- [INSTRUCTIONS FOR THE TASK] Which lines run from the line with "-12.283035437), (5.117617163, -11.371857705))" through the line with "Rebuilt in FreeCAD, every" in the entries below? Print them exactly, both ends included, and nothing more.

Start of GIVEN RECORDS

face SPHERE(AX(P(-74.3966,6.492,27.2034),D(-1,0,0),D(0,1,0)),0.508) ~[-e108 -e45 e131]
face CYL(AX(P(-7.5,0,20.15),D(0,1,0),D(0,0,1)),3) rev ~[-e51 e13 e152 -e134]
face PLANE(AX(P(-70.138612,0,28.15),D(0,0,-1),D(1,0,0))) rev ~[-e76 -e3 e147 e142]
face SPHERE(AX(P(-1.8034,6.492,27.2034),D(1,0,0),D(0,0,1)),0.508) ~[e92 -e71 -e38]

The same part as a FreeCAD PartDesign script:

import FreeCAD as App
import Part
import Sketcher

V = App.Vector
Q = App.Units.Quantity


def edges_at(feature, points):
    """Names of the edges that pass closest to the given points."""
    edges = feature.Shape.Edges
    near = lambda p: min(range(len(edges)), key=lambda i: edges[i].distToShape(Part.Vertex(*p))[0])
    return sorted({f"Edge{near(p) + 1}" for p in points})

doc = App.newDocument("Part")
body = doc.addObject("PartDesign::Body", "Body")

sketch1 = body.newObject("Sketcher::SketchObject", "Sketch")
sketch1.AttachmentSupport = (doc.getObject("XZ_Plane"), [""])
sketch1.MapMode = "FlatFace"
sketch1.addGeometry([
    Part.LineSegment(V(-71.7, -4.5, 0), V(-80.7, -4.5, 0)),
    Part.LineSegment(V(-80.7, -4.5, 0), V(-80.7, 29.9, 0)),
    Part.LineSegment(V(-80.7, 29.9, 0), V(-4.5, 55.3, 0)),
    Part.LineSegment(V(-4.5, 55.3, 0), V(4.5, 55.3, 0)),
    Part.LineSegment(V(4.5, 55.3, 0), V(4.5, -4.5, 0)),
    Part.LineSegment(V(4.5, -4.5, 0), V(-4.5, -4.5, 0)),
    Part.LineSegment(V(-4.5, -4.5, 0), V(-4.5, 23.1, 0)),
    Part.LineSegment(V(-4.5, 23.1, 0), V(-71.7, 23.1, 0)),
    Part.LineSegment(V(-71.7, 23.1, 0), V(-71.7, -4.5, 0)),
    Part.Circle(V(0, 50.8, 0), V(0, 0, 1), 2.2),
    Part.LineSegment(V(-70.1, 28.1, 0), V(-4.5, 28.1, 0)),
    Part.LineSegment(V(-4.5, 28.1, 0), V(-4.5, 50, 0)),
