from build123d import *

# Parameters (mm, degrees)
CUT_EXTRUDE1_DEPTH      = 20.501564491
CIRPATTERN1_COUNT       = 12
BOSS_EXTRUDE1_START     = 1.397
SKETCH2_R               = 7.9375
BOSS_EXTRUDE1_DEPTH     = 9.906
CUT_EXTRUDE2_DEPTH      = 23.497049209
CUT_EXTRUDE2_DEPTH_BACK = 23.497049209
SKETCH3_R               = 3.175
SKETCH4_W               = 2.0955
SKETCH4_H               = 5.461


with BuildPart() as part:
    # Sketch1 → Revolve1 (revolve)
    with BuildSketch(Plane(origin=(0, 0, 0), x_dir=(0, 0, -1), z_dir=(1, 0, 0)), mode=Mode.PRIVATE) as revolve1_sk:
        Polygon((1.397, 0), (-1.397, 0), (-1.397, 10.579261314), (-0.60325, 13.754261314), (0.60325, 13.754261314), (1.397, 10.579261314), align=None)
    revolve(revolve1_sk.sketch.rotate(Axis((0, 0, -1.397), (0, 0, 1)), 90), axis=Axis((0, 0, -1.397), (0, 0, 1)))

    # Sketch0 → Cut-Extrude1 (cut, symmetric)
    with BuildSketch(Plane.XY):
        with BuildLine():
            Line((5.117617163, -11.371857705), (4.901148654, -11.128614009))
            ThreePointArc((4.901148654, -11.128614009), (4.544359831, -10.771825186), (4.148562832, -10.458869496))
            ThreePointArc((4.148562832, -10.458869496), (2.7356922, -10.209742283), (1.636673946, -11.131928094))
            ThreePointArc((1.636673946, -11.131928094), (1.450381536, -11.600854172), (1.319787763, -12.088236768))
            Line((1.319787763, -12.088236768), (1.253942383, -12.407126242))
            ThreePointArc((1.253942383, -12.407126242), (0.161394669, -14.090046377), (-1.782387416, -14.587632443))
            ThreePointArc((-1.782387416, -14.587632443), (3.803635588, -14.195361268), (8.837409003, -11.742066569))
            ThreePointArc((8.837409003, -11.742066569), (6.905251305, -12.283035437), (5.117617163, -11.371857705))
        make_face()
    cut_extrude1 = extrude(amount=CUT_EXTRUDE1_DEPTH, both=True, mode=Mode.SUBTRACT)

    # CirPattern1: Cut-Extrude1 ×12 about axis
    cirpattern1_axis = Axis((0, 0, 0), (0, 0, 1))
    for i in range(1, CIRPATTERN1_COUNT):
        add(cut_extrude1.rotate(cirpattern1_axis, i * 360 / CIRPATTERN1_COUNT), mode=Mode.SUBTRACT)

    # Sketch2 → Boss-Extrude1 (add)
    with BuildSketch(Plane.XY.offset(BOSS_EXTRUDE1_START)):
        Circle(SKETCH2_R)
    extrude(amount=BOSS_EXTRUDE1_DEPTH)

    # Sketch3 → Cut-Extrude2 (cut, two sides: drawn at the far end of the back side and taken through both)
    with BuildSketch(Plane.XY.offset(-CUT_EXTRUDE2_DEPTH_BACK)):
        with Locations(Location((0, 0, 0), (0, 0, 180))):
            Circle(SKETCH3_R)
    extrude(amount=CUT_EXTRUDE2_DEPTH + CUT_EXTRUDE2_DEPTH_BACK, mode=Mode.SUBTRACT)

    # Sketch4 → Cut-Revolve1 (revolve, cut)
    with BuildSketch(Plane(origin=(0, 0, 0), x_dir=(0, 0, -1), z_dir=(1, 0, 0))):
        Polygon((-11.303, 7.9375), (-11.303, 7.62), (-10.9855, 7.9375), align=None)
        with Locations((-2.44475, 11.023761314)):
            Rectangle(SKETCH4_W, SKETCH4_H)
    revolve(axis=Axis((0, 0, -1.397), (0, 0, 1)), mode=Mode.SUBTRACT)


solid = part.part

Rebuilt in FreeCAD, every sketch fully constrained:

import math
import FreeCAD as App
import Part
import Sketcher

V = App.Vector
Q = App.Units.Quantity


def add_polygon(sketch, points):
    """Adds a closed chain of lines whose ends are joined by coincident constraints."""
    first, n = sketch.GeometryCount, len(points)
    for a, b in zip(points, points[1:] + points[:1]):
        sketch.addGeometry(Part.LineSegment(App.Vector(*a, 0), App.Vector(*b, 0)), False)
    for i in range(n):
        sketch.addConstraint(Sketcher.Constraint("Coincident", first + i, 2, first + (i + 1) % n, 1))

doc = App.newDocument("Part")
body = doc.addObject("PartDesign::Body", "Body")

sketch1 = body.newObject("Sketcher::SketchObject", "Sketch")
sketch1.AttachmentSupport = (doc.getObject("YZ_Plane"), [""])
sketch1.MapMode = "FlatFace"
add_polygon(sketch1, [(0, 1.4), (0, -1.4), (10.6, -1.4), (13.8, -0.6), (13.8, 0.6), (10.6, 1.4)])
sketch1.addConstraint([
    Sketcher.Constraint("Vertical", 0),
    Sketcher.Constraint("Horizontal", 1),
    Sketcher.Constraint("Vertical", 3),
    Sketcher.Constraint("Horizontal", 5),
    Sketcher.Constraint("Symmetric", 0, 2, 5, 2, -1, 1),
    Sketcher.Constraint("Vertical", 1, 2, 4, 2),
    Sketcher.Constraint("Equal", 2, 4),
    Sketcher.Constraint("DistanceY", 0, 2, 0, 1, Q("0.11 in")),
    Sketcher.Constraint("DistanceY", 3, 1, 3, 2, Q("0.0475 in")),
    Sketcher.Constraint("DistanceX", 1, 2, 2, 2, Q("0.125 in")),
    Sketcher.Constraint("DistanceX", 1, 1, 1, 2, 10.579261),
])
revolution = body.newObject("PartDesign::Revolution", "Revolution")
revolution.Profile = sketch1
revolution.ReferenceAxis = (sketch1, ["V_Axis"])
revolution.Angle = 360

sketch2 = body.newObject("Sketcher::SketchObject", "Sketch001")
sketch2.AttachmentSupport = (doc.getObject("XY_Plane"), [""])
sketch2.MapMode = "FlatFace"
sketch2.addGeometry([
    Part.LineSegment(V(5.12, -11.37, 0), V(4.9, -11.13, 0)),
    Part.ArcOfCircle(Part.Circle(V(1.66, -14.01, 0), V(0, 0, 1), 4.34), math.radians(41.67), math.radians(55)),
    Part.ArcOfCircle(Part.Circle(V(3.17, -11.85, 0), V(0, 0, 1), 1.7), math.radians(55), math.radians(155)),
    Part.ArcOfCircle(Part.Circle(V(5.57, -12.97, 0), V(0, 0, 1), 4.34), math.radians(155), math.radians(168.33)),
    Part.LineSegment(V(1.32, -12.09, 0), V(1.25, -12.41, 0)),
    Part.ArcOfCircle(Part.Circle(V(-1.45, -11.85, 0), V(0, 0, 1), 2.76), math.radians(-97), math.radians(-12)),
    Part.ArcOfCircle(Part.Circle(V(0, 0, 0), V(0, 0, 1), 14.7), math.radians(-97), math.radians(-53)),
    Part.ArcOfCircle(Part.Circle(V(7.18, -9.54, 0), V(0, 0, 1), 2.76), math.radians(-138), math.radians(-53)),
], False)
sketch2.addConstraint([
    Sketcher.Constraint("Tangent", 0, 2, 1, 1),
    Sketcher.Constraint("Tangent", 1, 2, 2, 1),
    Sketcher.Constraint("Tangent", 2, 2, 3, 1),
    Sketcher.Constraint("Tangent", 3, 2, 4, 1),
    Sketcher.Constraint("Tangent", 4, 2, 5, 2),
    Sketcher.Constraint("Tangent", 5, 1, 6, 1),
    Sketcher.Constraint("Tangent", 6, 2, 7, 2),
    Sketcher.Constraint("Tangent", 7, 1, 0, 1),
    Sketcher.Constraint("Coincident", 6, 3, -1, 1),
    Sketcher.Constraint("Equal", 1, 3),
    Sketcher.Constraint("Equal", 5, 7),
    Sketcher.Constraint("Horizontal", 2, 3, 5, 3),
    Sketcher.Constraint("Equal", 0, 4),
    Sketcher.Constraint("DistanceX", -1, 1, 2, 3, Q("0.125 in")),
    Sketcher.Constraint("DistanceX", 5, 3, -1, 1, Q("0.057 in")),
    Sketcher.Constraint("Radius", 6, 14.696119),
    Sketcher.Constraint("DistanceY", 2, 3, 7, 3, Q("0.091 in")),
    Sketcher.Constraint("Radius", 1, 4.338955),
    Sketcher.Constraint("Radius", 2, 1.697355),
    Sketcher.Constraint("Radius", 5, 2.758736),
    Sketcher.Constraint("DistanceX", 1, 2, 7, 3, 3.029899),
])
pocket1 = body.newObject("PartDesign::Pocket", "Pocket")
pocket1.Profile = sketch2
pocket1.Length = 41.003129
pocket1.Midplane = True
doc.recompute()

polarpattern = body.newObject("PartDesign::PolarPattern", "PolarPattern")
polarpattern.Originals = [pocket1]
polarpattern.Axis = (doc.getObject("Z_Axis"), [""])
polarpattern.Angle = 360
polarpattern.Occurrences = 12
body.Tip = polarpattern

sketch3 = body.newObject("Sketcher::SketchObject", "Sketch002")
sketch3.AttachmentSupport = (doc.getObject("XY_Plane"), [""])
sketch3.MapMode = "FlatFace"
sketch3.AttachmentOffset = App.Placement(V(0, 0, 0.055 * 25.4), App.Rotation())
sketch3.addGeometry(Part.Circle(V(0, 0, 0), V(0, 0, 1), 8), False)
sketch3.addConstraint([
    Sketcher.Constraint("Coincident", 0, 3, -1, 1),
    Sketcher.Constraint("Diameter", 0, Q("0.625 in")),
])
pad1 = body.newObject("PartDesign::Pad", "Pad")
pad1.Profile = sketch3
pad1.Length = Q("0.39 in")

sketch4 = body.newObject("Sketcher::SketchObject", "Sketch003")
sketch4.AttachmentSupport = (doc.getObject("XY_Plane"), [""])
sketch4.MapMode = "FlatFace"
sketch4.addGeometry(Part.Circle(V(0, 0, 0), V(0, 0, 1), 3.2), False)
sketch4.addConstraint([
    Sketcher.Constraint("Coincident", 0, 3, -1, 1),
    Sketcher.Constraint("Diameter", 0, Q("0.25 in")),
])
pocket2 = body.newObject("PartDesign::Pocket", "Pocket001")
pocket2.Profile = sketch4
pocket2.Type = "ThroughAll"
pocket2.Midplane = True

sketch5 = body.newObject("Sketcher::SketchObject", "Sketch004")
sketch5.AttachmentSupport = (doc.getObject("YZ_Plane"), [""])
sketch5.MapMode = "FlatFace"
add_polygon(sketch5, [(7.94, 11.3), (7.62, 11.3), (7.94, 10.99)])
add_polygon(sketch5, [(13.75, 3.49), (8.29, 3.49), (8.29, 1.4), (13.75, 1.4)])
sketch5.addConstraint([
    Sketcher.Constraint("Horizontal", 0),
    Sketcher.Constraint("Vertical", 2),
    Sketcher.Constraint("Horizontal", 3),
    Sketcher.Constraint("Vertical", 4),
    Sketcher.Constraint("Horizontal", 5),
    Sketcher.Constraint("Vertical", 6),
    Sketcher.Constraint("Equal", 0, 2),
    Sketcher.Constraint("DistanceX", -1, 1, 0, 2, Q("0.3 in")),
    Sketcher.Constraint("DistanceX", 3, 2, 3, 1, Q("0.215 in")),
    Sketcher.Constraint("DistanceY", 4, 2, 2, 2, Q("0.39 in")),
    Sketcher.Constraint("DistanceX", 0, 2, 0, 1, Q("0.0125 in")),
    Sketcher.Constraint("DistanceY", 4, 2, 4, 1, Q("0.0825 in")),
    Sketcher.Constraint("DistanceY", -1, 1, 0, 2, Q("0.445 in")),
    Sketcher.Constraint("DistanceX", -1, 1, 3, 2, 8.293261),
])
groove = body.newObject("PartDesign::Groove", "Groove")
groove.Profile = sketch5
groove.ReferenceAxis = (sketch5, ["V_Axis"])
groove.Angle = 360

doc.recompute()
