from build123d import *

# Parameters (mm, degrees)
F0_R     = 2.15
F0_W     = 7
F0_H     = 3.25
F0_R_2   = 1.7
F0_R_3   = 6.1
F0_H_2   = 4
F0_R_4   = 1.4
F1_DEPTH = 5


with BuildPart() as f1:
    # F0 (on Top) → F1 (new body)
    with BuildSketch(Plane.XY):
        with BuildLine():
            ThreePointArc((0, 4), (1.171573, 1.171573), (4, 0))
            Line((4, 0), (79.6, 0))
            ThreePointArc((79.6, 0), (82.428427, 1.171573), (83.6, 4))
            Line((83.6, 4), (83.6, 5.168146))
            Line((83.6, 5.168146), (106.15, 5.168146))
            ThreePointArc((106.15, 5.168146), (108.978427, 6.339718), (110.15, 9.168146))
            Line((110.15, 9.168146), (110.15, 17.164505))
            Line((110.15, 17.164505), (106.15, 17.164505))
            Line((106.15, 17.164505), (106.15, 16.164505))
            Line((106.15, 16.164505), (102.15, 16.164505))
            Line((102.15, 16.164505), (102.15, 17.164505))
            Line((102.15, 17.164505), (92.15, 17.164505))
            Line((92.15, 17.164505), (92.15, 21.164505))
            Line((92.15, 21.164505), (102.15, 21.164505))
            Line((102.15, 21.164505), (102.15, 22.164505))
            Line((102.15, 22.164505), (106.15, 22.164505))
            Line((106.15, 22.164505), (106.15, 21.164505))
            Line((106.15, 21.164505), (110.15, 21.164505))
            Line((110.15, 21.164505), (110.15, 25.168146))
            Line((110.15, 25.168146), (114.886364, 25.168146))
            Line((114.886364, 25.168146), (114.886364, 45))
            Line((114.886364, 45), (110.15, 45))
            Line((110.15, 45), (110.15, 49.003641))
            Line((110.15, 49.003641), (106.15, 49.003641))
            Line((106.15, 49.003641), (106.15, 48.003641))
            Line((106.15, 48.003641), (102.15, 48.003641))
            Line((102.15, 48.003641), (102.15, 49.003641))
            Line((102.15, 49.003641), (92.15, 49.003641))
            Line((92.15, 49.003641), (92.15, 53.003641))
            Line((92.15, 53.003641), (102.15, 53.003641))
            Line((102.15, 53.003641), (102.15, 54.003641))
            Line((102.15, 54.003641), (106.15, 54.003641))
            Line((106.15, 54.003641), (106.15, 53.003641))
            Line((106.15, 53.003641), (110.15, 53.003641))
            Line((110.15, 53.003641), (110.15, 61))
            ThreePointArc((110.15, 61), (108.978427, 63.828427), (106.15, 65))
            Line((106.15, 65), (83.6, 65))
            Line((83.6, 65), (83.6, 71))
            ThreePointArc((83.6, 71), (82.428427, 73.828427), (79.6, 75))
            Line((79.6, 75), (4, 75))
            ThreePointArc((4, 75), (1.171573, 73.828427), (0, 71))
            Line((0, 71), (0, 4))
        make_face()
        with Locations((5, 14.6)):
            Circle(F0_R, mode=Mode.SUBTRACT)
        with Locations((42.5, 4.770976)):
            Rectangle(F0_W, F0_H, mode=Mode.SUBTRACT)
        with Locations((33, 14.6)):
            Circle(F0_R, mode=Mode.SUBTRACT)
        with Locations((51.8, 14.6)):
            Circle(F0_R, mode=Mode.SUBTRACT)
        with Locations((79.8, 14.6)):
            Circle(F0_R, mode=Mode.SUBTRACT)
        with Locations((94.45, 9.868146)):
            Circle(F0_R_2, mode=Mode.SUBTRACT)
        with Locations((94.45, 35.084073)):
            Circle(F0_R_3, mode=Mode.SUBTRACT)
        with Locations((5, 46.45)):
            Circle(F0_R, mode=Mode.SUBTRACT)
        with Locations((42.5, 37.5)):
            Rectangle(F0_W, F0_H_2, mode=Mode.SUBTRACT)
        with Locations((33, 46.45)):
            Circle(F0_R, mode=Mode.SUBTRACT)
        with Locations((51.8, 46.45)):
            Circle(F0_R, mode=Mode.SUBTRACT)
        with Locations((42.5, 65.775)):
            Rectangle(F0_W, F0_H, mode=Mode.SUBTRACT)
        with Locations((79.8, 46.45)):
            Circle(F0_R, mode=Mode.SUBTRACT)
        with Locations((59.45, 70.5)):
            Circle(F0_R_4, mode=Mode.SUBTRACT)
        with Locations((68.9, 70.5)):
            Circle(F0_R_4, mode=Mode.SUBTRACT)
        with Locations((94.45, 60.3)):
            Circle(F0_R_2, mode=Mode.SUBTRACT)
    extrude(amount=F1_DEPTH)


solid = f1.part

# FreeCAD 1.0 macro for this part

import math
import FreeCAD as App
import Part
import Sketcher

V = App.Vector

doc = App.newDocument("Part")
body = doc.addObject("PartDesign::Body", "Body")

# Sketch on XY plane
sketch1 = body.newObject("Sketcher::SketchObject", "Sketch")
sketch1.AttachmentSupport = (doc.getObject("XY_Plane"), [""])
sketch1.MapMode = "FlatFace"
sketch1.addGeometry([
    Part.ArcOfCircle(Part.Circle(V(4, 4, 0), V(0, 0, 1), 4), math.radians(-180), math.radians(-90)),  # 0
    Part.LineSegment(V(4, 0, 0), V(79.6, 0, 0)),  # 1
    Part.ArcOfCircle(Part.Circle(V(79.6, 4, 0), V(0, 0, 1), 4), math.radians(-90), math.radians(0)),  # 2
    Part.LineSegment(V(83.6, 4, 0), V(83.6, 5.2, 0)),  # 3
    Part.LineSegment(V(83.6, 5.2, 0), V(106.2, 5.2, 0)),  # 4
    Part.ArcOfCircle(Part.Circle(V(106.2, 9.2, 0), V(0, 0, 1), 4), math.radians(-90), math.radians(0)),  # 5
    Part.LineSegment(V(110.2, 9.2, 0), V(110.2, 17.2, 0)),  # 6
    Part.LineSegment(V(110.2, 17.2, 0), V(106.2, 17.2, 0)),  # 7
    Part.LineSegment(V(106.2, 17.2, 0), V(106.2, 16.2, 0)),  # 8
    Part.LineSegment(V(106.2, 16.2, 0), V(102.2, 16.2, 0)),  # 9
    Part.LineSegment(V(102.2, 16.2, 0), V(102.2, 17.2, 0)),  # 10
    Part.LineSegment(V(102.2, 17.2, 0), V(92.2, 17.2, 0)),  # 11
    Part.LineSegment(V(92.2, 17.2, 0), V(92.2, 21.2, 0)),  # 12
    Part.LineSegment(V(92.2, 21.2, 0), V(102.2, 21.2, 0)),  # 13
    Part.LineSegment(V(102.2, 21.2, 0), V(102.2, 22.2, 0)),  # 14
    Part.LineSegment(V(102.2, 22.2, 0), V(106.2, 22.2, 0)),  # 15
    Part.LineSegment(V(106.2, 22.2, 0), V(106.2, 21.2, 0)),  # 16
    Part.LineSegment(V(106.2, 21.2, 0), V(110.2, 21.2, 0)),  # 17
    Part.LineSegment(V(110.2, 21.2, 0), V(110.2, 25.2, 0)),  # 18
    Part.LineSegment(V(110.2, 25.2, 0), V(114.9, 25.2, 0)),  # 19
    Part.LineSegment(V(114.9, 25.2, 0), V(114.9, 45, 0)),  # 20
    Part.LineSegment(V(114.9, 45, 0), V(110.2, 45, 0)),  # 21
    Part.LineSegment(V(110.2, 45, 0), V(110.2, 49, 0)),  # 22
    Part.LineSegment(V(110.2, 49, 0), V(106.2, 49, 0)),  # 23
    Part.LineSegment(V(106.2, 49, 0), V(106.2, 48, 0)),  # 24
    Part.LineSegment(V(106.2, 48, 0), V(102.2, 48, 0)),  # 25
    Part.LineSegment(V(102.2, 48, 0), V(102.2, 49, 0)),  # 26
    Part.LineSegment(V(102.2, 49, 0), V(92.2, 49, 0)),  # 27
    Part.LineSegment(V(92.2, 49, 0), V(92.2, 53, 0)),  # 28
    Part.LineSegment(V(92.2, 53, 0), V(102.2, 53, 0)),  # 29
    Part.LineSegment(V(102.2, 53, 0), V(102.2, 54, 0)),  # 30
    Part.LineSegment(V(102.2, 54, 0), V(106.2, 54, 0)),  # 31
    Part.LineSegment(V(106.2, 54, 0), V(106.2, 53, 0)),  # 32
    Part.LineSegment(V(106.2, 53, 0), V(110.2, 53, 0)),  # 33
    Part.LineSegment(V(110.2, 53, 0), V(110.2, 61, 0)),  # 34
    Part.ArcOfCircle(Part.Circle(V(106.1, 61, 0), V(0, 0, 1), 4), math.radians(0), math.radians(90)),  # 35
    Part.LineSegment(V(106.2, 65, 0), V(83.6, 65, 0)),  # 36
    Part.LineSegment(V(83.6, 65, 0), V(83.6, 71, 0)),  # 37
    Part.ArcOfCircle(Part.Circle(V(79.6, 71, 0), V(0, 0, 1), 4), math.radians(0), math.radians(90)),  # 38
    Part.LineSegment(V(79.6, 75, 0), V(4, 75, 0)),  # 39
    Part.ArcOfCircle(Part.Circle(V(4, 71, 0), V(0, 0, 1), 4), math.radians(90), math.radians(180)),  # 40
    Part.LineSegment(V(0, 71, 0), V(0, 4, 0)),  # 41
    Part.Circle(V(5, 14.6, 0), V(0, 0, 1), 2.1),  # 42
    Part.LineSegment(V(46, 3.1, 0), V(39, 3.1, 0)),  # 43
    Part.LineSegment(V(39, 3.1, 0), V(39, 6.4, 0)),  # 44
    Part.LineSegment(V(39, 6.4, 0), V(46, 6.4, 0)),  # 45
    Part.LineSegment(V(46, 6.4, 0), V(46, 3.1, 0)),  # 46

End of GIVEN RECORDS

- [RESPONSE BOX]
            ThreePointArc((8.837409003, -11.742066569), (6.905251305, -12.283035437), (5.117617163, -11.371857705))
        make_face()
    cut_extrude1 = extrude(amount=CUT_EXTRUDE1_DEPTH, both=True, mode=Mode.SUBTRACT)

    # CirPattern1: Cut-Extrude1 ×12 about axis
    cirpattern1_axis = Axis((0, 0, 0), (0, 0, 1))
    for i in range(1, CIRPATTERN1_COUNT):
        add(cut_extrude1.rotate(cirpattern1_axis, i * 360 / CIRPATTERN1_COUNT), mode=Mode.SUBTRACT)

    # Sketch2 → Boss-Extrude1 (add)
    with BuildSketch(Plane.XY.offset(BOSS_EXTRUDE1_START)):
        Circle(SKETCH2_R)
    extrude(amount=BOSS_EXTRUDE1_DEPTH)

    # Sketch3 → Cut-Extrude2 (cut, two sides: drawn at the far end of the back side and taken through both)
    with BuildSketch(Plane.XY.offset(-CUT_EXTRUDE2_DEPTH_BACK)):
        with Locations(Location((0, 0, 0), (0, 0, 180))):
            Circle(SKETCH3_R)
    extrude(amount=CUT_EXTRUDE2_DEPTH + CUT_EXTRUDE2_DEPTH_BACK, mode=Mode.SUBTRACT)

    # Sketch4 → Cut-Revolve1 (revolve, cut)
    with BuildSketch(Plane(origin=(0, 0, 0), x_dir=(0, 0, -1), z_dir=(1, 0, 0))):
        Polygon((-11.303, 7.9375), (-11.303, 7.62), (-10.9855, 7.9375), align=None)
        with Locations((-2.44475, 11.023761314)):
            Rectangle(SKETCH4_W, SKETCH4_H)
    revolve(axis=Axis((0, 0, -1.397), (0, 0, 1)), mode=Mode.SUBTRACT)


solid = part.part

Rebuilt in FreeCAD, every sketch fully constrained:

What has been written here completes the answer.